First Things First – What Is Database Normalization?
Database normalization is a process by which you ensure the integrity of a relational database by preventing problems such as redundancies. Simply put, if you don’t efficiently organize your data (data modeling), you will be in for very unpleasant surprises when it comes time to retrieve, update or delete that data. I’m going to omit the cryptic definitions of the "low level" forms I’ll cover: first normal form, second normal form, and third normal form. Simple explanations that lead to sound understanding are better than technical definitions that only add to confusion.
First, you’ll want to consider what information (data) you’ll need to store and what questions (queries) you’ll need to ask the database. You should also know what a primary and foreign key are and how to assign them whether you’re setting up tables in a graphical user interface (GUI) such as phpMyAdmin or on the command line. A primary key is a unique identifier for a record; it must always have a static value. A foreign key in one table represents the primary key in another.
Remember, we’re talking about relational databases; there are relationships between tables in this kind of structure. I strongly suggest getting an understanding of the three types of relationships that can exist between any two tables: one-to-one, one-to-many, and any-to-many. If only one item in table X applies to only one item in table Y, you have a one-to-one relationship. For example, in the United States, one social security number should apply to only one unique individual. If one item in table X can apply to multiple items in table Y, you have a one-to-many relationship. For example, one birth date can apply to several people who were all born on the same day. Finally, if more than one item in table X can apply to more than one item in table Y, you have a many-to-many relationship; try to totally eliminate this third type of relationship because of the problem of redundancy.
First Normal Form
Database normalization begins with adjusting your database schema (structure) comply with the first normal form which dictates that every column must be atomic or indivisible (storing only one value) and that no table can have groups of related data that are repeated. You can see that the fictitious customers table below (click on image) is not in first normal form; there are two values (first and last name) in a single column (name) and there are multiple values in the address column.
You can see the redundancy problem as well; what if you had two customers with the same name or two customers with the same address? This problem can easily be fixed by creating columns to hold only one value. For example, instead of one column for the name, have two columns, one for the first name and one for the last. The same solution of creating more columns, each to hold only one value, works for the multiple-value address column as well to comply with the first normal form in your database normalization.
Second Normal Form
First, make sure your database is at least in first normal form. Next, make sure every column in your table that isn’t a key itself depends on the table’s primary key. Basically, you’re creating as many tables as are needed to avoid potential redundant data. The tendency to lump everything together in as few tables as possible is probably one of the worst obstacles to achieving database normalization.

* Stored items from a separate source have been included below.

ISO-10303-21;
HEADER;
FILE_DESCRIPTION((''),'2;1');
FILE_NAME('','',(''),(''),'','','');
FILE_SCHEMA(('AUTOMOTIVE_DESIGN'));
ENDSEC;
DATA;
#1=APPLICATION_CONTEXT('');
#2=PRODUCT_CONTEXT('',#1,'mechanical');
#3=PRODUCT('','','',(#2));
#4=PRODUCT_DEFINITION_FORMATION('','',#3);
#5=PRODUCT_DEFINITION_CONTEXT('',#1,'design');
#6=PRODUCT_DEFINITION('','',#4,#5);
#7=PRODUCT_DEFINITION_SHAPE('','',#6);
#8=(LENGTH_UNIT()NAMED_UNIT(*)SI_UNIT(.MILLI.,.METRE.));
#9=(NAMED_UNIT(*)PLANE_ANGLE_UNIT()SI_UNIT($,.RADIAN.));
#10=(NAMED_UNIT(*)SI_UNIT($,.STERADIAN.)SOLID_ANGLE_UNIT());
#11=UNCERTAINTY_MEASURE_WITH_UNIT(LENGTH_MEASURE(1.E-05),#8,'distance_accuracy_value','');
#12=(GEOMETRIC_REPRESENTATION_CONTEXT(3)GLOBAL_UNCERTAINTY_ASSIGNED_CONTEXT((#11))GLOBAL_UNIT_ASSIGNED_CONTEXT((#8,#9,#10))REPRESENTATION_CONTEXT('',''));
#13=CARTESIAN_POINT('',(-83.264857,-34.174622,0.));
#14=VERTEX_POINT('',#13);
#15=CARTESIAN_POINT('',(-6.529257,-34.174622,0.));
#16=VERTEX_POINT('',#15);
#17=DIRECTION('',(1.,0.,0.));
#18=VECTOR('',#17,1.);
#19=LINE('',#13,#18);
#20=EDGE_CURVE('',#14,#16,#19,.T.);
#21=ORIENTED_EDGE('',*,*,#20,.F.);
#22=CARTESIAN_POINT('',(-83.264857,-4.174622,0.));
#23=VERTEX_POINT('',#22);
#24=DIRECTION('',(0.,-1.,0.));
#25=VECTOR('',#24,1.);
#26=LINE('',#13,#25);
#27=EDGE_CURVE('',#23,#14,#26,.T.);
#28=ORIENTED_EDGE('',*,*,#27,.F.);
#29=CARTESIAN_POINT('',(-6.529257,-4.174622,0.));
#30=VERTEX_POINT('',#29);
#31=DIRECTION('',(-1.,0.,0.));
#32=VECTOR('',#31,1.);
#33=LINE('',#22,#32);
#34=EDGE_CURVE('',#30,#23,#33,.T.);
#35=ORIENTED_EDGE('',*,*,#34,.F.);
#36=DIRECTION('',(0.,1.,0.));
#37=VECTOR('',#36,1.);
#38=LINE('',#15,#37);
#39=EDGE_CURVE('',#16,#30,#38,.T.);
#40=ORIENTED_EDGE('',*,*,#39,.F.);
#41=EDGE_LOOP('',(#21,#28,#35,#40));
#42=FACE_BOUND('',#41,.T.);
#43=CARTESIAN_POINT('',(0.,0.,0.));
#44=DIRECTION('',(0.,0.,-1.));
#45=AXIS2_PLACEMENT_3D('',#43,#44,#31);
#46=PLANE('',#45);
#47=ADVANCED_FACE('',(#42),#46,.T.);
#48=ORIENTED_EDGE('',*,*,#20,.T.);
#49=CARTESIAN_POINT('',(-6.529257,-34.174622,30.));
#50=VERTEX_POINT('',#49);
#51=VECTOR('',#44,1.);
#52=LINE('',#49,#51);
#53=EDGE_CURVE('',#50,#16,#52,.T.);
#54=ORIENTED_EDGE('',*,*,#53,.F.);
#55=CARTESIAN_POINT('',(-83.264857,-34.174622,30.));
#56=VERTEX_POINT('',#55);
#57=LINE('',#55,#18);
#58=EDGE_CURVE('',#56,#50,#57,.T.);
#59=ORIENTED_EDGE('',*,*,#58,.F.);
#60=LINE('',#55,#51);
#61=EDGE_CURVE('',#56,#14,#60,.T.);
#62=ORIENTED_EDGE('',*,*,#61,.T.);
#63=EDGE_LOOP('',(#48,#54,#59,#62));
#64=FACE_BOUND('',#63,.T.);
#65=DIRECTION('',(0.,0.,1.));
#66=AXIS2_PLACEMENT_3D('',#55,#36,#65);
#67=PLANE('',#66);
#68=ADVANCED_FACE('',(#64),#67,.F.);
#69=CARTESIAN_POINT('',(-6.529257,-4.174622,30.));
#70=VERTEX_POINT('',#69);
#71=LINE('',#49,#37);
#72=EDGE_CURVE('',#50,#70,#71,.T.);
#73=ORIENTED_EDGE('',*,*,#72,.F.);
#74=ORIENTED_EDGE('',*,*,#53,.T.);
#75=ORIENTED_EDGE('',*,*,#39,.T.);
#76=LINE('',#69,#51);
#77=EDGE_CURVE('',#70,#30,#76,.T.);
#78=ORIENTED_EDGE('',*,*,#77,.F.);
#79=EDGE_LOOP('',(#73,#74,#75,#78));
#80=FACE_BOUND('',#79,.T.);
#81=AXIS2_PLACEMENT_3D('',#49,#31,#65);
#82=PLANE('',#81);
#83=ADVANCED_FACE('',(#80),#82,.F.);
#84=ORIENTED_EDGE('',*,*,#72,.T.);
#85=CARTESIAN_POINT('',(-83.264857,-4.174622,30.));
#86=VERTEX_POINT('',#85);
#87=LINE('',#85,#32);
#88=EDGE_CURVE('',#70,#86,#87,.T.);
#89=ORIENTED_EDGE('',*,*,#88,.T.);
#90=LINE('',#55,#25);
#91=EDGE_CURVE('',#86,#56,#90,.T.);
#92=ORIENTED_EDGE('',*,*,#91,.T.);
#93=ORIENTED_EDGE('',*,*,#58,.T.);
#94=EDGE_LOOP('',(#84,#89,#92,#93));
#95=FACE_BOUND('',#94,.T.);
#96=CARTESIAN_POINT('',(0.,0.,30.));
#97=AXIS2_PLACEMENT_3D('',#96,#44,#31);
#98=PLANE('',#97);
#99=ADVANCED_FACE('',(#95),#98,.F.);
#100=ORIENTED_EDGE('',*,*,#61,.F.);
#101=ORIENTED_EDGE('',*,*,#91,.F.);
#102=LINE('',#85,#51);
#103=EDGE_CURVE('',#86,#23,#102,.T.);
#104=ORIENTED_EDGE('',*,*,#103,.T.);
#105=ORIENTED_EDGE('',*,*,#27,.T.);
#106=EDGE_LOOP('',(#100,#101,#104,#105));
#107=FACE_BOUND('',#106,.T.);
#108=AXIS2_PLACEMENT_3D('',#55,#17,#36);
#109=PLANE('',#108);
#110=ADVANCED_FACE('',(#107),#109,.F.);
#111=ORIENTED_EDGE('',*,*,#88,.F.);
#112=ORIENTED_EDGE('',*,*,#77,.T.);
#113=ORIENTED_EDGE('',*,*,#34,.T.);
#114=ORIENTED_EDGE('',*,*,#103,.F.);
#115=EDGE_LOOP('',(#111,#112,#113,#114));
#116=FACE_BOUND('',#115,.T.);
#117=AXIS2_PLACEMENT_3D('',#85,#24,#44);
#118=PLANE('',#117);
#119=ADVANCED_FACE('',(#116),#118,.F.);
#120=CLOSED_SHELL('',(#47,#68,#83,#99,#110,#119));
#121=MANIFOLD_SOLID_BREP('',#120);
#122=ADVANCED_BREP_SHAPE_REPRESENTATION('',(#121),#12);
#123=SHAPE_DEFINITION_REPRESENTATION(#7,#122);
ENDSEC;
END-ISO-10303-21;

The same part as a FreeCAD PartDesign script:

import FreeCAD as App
import Part
import Sketcher


def add_polygon(sketch, points):
    """Adds a closed chain of lines whose ends are joined by coincident constraints."""
    first, n = sketch.GeometryCount, len(points)
    for a, b in zip(points, points[1:] + points[:1]):
        sketch.addGeometry(Part.LineSegment(App.Vector(*a, 0), App.Vector(*b, 0)), False)
    for i in range(n):
        sketch.addConstraint(Sketcher.Constraint("Coincident", first + i, 2, first + (i + 1) % n, 1))

doc = App.newDocument("Part")
body = doc.addObject("PartDesign::Body", "Body")

# Sketch on XY plane
sketch1 = body.newObject("Sketcher::SketchObject", "Sketch")
sketch1.AttachmentSupport = (doc.getObject("XY_Plane"), [""])
sketch1.MapMode = "FlatFace"
add_polygon(sketch1, [(-83.264857, -4.174622), (-83.264857, -34.174622), (-6.529257, -34.174622), (-6.529257, -4.174622)])  # lines 0-3
sketch1.addConstraint([
    Sketcher.Constraint("Vertical", 0),
    Sketcher.Constraint("Horizontal", 1),
    Sketcher.Constraint("Vertical", 2),
    Sketcher.Constraint("Horizontal", 3),
    Sketcher.Constraint("DistanceY", 0, 2, 0, 1, 30.0),
    Sketcher.Constraint("DistanceX", 1, 1, 1, 2, 76.7356),
    Sketcher.Constraint("DistanceX", 0, 2, -1, 1, 83.264857),
    Sketcher.Constraint("DistanceY", 0, 2, -1, 1, 34.174622),
])
pad1 = body.newObject("PartDesign::Pad", "Pad")
pad1.Profile = sketch1
pad1.Length = 30

doc.recompute()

The books table below is an example of a table that is not in the second normal form. Why? Because the author column is not a key; yet, it does not depend on the table’s primary key (bookID). You can see the redundancy problem; the author John Doe, if he has written several books, could be repeated multiple times. A solution to this problem would simply be to create a separate authors table; "authorID" would make a good primary key column. Remember to keep author last name and author first name in two separate columns to remain in first normal form.
bookID title year published author
850 Best Seller1 2000 John Doe
851 Best Seller2 1988 Peter Pan
852 Best Seller3 2004 John Doe
Third Normal Form
Database normalization to the third normal form might or might not be necessary in all situations. However, you should at least be familiar with what it means to have 3NF (third normal form) compliant tables. Also, keep in mind that intense database normalization does not end at the third normal form. Going beyond this point can become very complicated and require the services of a database specialist. It’s very important to know when you have the knowledge to achieve database normalization and when you need to leave the process to a specialist.
You have achieved third normal form if you’ve achieved second normal form and every column that is not a key is independent. What does this mean? Let’s say you have one table that holds data for customers: first and last name, address, city, state, province, postal code, and maybe even country. If the name of a country changes (it does happen from time to time), all records for customers living in that nation would have to be updated.
It’s very possible to "automatically" achieve third normal form simply by having achieved first normal form and second normal form. If you don’t see issues, don’t create them. Also, keep in mind that sometimes you might choose to cease the database normalization process after tables are in the second normal form because 3NF compliancy calls for the creation of more tables and slows down the running of queries. The decision is yours or that of the specialist who must decide if stopping at the second normal form could come back to haunt you.